64. You will find in the fourth of my inaugural lectures, at the 98th paragraph, this statement,—much denied by modern artists and authors, but nevertheless quite unexceptionally true,—that the entire vitality of art depends upon its having for object either to state a true thing , or adorn a serviceable one . The two functions of art in Italy, in this entirely liberal and virescent phase of it,—virgin art, we may call it, retaining the most literal sense of the words virga and virgo,—are to manifest the doctrines of a religion which now, for the first time, men had soul enough to understand; and to adorn edifices or dress, with which the completed politeness of daily life might be invested, its convenience completed, and its decorous and honourable pride satisfied.

65. That pride was, among the men who gave its character to the century, in honourableness of private conduct, and useful magnificence of public art. Not of private or domestic art: observe this very particularly.

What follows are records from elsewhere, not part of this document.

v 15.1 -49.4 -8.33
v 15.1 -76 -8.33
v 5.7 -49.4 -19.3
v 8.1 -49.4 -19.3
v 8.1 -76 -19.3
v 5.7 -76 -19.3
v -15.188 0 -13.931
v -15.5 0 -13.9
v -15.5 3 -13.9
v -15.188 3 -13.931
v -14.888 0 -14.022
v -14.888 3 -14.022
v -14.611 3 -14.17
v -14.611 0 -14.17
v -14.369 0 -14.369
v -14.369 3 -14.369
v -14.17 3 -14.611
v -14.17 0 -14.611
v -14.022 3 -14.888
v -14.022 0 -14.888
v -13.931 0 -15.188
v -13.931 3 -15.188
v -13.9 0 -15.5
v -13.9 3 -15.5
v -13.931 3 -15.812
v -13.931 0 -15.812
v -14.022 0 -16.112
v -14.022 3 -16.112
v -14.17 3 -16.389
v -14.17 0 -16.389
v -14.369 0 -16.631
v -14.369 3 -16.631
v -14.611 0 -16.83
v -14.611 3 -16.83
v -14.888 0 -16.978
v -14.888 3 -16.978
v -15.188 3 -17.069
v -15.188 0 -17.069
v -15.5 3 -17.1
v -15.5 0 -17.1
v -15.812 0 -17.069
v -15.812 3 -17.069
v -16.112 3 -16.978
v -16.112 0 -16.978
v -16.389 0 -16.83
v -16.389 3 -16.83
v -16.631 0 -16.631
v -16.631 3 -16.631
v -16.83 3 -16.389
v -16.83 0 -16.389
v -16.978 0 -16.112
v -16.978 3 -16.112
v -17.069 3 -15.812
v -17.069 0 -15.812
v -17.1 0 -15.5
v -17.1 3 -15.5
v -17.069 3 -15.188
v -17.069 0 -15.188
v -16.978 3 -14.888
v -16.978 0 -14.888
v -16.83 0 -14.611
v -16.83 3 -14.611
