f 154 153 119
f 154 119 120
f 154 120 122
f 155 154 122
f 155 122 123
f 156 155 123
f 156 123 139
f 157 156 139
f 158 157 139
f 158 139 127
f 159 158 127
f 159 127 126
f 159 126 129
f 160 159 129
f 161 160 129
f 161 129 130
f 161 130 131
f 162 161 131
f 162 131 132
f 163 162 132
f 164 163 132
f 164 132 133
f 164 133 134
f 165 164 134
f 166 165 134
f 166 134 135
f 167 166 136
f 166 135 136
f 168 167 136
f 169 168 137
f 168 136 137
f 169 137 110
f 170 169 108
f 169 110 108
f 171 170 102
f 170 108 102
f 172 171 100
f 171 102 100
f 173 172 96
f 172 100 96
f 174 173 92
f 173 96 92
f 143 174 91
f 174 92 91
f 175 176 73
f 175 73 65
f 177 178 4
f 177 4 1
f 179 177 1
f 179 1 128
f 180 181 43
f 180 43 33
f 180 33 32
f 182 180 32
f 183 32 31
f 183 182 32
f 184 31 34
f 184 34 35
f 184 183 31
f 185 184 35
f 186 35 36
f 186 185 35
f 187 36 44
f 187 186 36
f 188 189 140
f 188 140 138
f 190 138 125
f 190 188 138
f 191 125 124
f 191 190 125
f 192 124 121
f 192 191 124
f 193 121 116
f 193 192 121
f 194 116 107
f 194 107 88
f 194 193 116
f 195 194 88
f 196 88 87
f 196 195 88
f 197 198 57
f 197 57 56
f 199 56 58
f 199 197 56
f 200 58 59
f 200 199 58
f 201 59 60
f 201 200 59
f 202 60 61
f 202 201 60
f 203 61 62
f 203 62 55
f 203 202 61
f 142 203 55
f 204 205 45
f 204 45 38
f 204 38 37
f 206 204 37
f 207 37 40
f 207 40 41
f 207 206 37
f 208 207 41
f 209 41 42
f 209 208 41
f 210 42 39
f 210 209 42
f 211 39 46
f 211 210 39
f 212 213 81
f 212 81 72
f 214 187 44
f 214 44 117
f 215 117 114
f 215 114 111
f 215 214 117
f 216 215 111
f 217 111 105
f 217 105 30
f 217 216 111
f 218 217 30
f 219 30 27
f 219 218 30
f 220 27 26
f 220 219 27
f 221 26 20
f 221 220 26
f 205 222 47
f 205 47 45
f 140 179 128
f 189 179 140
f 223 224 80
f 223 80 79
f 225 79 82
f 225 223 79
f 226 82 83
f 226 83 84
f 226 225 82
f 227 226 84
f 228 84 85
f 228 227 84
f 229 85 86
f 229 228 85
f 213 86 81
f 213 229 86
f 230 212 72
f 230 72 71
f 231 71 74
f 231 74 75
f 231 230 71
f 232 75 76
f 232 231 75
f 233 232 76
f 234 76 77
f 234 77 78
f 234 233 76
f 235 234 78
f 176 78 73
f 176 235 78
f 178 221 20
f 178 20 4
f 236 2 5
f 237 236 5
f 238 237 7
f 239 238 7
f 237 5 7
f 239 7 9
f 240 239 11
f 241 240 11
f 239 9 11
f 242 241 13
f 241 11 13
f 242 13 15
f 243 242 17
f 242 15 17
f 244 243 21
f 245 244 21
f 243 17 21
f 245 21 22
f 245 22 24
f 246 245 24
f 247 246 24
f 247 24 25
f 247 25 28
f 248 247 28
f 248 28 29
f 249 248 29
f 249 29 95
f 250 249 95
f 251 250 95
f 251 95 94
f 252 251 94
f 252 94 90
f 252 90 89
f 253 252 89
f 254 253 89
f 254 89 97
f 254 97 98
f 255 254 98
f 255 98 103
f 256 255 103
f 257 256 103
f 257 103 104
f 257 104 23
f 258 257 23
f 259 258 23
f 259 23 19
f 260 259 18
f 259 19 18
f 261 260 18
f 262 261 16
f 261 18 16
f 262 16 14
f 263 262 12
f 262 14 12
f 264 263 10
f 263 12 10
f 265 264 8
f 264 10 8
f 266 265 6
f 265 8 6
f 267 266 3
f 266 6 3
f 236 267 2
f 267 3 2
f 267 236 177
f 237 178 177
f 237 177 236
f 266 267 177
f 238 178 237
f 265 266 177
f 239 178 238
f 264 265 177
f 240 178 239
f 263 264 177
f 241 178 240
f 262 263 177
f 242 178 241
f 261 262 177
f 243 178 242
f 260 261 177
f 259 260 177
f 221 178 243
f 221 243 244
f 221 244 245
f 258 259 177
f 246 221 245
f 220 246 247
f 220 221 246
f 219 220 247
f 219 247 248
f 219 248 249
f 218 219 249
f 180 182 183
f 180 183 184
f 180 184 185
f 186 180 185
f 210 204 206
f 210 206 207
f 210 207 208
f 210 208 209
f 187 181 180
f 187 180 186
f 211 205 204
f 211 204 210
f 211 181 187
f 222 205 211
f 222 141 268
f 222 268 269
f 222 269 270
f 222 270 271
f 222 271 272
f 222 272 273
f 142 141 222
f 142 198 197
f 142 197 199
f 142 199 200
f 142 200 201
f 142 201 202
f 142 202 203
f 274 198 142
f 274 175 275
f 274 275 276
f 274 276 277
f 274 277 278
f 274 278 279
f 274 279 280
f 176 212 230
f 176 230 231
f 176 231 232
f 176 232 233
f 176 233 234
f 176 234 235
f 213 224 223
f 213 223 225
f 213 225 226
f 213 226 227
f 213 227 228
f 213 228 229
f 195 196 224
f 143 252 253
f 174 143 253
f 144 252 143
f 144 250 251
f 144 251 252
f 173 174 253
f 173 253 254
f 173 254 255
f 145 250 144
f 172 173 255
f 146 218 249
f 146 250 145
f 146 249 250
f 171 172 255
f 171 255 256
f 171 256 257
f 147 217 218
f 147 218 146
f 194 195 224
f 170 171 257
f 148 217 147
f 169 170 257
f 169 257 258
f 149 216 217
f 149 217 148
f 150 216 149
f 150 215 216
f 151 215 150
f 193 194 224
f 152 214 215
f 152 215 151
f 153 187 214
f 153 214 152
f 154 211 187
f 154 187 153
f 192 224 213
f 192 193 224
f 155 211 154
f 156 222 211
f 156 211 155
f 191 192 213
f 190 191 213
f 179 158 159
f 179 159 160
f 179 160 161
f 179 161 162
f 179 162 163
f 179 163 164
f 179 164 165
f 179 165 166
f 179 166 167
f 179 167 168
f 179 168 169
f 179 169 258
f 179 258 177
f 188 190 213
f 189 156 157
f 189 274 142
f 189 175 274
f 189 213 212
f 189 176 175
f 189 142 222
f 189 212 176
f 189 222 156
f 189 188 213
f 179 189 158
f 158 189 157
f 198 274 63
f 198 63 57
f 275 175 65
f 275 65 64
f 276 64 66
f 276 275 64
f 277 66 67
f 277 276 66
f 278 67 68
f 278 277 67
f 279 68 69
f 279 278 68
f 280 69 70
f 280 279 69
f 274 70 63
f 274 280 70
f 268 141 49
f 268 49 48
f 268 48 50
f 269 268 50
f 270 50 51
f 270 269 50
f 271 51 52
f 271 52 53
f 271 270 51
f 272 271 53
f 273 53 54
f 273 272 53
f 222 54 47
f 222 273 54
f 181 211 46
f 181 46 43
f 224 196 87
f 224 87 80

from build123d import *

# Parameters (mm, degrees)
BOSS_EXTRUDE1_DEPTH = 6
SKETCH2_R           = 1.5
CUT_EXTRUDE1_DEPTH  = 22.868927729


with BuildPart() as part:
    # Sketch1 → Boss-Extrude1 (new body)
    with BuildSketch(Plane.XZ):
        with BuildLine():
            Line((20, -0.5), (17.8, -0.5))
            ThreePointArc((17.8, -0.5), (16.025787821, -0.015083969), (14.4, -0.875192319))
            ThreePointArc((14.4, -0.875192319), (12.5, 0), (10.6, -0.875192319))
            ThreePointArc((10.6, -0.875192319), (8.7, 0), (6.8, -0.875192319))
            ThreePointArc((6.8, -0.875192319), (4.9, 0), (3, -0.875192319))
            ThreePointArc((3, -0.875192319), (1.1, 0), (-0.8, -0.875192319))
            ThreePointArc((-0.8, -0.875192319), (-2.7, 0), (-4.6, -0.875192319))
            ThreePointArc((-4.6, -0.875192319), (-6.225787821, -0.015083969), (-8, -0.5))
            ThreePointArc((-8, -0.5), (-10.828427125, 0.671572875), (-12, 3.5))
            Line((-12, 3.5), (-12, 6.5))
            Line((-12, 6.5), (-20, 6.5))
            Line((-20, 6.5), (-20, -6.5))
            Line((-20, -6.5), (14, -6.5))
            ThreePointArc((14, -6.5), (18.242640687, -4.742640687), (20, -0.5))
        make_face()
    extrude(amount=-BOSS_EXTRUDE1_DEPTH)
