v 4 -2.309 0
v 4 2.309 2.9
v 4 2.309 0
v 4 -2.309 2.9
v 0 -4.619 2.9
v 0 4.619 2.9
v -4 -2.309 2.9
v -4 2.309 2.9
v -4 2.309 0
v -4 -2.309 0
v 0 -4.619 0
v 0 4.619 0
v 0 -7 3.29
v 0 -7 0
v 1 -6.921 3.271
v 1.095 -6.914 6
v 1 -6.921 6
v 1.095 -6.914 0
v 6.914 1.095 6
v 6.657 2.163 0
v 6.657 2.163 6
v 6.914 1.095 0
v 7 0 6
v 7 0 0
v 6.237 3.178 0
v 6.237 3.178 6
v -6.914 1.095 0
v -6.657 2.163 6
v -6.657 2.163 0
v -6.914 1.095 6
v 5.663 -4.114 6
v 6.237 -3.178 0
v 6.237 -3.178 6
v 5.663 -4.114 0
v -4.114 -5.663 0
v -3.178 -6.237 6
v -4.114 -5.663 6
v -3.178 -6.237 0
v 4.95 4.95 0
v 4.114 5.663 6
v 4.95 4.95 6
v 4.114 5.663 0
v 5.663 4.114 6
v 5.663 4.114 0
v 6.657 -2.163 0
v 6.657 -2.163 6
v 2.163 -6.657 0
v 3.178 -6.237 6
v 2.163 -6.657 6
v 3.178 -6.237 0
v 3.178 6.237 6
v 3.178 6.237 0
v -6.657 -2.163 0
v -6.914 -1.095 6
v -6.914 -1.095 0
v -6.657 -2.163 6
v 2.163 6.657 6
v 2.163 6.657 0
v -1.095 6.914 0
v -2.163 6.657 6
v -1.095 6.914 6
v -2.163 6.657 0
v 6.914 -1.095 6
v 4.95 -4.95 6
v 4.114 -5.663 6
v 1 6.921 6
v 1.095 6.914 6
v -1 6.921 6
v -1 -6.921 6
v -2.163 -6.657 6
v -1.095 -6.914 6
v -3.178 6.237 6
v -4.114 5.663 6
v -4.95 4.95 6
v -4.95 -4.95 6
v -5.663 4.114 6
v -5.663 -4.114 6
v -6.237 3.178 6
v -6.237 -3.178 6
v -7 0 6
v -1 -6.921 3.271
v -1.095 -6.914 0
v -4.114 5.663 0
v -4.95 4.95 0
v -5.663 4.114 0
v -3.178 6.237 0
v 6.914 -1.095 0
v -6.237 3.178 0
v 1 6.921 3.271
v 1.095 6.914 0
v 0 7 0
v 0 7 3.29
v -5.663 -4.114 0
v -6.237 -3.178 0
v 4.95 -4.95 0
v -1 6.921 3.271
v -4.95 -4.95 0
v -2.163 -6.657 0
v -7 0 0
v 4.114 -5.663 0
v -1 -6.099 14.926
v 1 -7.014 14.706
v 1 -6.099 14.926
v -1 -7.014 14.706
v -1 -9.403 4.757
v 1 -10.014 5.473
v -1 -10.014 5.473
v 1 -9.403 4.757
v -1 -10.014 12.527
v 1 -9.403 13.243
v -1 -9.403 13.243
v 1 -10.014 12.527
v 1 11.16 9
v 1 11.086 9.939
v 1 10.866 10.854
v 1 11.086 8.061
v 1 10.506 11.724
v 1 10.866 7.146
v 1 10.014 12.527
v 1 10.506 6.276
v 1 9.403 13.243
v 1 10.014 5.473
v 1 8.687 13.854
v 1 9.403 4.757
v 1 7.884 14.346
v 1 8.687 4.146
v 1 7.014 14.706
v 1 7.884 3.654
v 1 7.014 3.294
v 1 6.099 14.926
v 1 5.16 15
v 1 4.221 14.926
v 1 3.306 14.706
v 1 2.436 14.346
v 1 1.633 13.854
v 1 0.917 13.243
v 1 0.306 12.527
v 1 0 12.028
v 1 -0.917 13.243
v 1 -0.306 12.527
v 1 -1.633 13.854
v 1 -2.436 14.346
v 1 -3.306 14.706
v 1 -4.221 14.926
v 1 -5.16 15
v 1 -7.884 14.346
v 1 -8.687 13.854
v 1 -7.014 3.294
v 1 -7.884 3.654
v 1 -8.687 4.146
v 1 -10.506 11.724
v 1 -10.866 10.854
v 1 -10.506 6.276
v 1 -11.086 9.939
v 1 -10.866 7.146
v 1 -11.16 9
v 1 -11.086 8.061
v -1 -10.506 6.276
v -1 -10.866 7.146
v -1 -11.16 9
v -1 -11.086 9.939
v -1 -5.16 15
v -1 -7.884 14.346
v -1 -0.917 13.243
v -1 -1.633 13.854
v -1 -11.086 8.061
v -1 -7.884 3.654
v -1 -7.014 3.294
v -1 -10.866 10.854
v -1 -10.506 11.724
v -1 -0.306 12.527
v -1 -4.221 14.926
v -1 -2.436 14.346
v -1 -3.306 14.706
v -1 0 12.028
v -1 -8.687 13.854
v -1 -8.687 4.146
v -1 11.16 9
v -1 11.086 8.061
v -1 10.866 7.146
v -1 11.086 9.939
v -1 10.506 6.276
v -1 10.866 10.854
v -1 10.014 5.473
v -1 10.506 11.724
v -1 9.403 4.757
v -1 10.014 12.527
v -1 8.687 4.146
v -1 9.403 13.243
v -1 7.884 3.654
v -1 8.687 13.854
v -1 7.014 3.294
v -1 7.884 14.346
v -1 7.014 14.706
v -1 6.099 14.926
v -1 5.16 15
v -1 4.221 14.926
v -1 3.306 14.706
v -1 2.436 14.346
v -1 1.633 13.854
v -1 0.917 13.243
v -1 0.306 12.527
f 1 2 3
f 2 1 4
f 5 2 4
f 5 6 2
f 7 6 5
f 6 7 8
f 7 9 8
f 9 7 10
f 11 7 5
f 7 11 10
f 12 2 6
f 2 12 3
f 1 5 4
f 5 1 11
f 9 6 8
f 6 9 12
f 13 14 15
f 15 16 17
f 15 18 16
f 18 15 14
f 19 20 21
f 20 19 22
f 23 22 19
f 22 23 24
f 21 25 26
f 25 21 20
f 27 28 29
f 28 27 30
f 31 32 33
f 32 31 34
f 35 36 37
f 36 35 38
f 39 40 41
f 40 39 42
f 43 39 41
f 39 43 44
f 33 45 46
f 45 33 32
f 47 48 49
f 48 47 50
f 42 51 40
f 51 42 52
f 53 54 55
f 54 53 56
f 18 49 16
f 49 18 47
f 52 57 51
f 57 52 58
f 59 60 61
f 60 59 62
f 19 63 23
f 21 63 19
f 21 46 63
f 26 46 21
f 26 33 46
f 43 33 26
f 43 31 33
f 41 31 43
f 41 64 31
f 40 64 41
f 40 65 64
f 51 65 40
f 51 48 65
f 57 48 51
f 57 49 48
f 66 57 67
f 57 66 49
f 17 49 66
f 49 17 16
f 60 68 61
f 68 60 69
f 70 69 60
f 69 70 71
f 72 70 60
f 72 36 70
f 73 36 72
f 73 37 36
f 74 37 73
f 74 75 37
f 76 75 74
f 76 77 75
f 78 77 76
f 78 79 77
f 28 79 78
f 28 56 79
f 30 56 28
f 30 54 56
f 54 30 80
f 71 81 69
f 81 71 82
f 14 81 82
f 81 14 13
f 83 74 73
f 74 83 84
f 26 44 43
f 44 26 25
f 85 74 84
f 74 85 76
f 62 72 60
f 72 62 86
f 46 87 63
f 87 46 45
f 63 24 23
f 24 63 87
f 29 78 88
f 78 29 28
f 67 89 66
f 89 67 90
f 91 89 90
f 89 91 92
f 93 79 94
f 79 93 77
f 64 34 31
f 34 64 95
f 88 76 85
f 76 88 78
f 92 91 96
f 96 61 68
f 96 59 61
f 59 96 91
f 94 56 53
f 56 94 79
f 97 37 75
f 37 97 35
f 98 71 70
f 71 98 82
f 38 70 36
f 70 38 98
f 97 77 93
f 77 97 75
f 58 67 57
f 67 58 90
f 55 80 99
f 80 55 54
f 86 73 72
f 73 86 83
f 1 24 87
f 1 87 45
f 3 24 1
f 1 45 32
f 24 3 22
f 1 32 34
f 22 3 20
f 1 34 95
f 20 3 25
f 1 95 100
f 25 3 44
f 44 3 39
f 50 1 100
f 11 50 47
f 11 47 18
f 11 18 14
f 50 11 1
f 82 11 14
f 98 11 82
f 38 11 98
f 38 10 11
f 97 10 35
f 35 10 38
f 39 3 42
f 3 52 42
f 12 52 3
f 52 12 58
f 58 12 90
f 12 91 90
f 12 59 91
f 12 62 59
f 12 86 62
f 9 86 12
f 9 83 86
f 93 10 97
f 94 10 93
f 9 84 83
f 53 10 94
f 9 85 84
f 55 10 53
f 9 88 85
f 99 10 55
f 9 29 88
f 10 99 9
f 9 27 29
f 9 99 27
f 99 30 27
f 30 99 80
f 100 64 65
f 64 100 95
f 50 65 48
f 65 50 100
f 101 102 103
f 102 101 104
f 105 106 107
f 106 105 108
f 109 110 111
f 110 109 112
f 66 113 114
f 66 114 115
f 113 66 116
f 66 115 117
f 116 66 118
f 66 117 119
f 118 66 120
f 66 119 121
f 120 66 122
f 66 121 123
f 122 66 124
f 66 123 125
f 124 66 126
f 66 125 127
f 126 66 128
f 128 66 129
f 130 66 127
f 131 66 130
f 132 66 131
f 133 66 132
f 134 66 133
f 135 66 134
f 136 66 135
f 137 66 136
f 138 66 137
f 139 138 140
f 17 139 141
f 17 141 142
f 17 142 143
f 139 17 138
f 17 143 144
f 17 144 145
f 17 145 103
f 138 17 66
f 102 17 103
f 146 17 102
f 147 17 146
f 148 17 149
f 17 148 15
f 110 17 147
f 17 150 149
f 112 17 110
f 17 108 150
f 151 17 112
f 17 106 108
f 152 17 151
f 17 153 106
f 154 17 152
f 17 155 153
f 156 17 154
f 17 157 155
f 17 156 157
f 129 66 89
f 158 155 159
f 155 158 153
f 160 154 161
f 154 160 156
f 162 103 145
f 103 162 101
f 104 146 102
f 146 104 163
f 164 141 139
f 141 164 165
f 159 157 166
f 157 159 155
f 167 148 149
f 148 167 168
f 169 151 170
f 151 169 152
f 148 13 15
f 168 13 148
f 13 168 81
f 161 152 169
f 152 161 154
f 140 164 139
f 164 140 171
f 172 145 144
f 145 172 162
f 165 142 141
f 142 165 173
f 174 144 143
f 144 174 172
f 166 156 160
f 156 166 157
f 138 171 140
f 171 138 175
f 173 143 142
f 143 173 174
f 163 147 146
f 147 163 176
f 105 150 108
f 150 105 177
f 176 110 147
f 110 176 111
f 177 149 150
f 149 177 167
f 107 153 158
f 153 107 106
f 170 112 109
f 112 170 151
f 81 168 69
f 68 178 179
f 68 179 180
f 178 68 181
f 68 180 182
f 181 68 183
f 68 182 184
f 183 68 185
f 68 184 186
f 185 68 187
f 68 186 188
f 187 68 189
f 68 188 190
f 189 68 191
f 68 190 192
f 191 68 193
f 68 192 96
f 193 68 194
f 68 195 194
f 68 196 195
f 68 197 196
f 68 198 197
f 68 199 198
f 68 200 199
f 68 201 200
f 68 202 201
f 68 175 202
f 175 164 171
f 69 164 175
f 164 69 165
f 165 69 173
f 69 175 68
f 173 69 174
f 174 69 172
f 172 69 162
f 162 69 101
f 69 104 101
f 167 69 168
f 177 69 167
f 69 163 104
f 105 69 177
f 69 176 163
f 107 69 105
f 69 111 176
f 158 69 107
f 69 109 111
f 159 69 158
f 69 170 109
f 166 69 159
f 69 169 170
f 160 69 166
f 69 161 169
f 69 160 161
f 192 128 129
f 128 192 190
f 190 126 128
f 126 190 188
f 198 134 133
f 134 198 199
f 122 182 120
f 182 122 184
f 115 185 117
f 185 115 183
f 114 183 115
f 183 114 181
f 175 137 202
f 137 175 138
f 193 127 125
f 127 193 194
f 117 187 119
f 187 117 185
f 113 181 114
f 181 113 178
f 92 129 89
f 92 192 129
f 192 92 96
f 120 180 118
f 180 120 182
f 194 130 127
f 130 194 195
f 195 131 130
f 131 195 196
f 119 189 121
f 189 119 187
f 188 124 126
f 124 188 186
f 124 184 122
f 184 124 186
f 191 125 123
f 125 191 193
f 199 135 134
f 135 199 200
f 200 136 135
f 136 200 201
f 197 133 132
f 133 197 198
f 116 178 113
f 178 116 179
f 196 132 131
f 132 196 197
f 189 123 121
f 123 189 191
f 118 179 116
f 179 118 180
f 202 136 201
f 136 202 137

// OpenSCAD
/*
Finger-Friendly Snap-On Hex Socket (a.k.a. Bolt Ears)
Copyright (C) 2015 Marcio Teixeira

This program is free software; you can redistribute it and/or
modify it under the terms of the GNU General Public License
as published by the Free Software Foundation; either version 2
of the License, or (at your option) any later version.

This program is distributed in the hope that it will be useful,
but WITHOUT ANY WARRANTY; without even the implied warranty of
MERCHANTABILITY or FITNESS FOR A PARTICULAR PURPOSE.  See the
GNU General Public License for more details.

You should have received a copy of the GNU General Public License
along with this program; if not, write to the Free Software
Foundation, Inc., 51 Franklin Street, Fifth Floor, Boston, MA  02110-1301, USA.
*/

/* Combination hex socket and finger friendly Mickey ears, great
 * for easy removal of access panels (I used to curse my central AC
 * whenever it came time to change the filter. Not anymore!)
 */

/* [Hex Socket] */

// Measurement from flat face to opposite face on the bolt head, make it snug so it stays on firmly
head_dimension  = 8;

// Just a bit deeper than the depth of the bolt head
socket_depth    = 3.0;

/* [Customize] */
wall_thickness = 3.0;
ear_diameter   = head_dimension*1.5;
ear_thickness  = 2.0;
ear_spacing    = 0.43;     // [0:0.05:0.75]
ear_style      = "mickey"; // [mickey, pill, retro]

/* [Hidden] */

$fn=40;

module hull_or_not(hull) {
    if(hull == true) {
        hull() children();
    } else {
        children();
    }
}

module symmetry(axis) {
    mirror(axis) {
        children();
    }
    children();
}

/* Constructs a hexagon */
module hexagon(d, h,sides=6) {
    w  = (d/2)*tan(360/(sides*2))*2;
    translate([0,0,h/2])
        for( a = [0:360/sides:360] ) {
            rotate([0,0,a])
                cube([d,w,h],center=true);
        }
}

/* Constructs a hex socket */
module hex_socket(d, h, wall_thickness, sides=6) {
    difference() {
        cylinder(d=d+wall_thickness*2,h=h+wall_thickness);
        translate([0,0,-0.1])
            hexagon(d,h);
    }
}

/* Combination hex socket and finger friendly Mickey ears */
module finger_wrench() {
    hex_socket(head_dimension, socket_depth, wall_thickness);

    cylinder_width = head_dimension+wall_thickness*2;
    
    // Give it ears
    if(ear_style == "retro") {
        // Fancy tapered style
        hull() {
            symmetry([0,1,0])
            translate([0,ear_diameter*(ear_spacing+1)/2, socket_depth + ear_diameter*3/4])
                rotate([0,90,0])
                    hull() {
                        cylinder(r=ear_diameter/4, center=true, h=ear_thickness);
                        translate([ear_diameter/4,0,0])
                            cylinder(r=ear_diameter/4, center=true, h=ear_thickness);
                    }
            
            translate([0,0, socket_depth + wall_thickness/2])
                cube(size=[ear_thickness*1.5,cylinder_width,ear_thickness], center=true);
        }
    } else {
        // Pill and mickey styles differ only by whether they are hulled
        hull_or_not(ear_style != "mickey")
        symmetry([0,1,0])
        translate([0,ear_diameter*ear_spacing,ear_diameter/2+socket_depth])
        rotate([0,90,0])
            cylinder(d=ear_diameter,h=ear_thickness, center=true);
    }
}

finger_wrench();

"Such was the simplicity of private manners,"—(I am now quoting Sismondi, but with the fullest ratification that my knowledge enables me to give,)—"and the economy of the richest citizens, that if a city enjoyed repose only for a few years, it doubled its revenues, and found itself, in a sort, encumbered with its riches. The Pisans knew neither of the luxury of the table, nor that of furniture, nor that of a number of servants; yet they were sovereigns of the whole of Sardinia, Corsica, and Elba, had colonies at St. Jean d'Acre and Constantinople, and their merchants in those cities carried on the most extended commerce with the Saracens and Greeks." 13 13 Sismondi; French translation, Brussels, 1838; vol. ii., p. 275.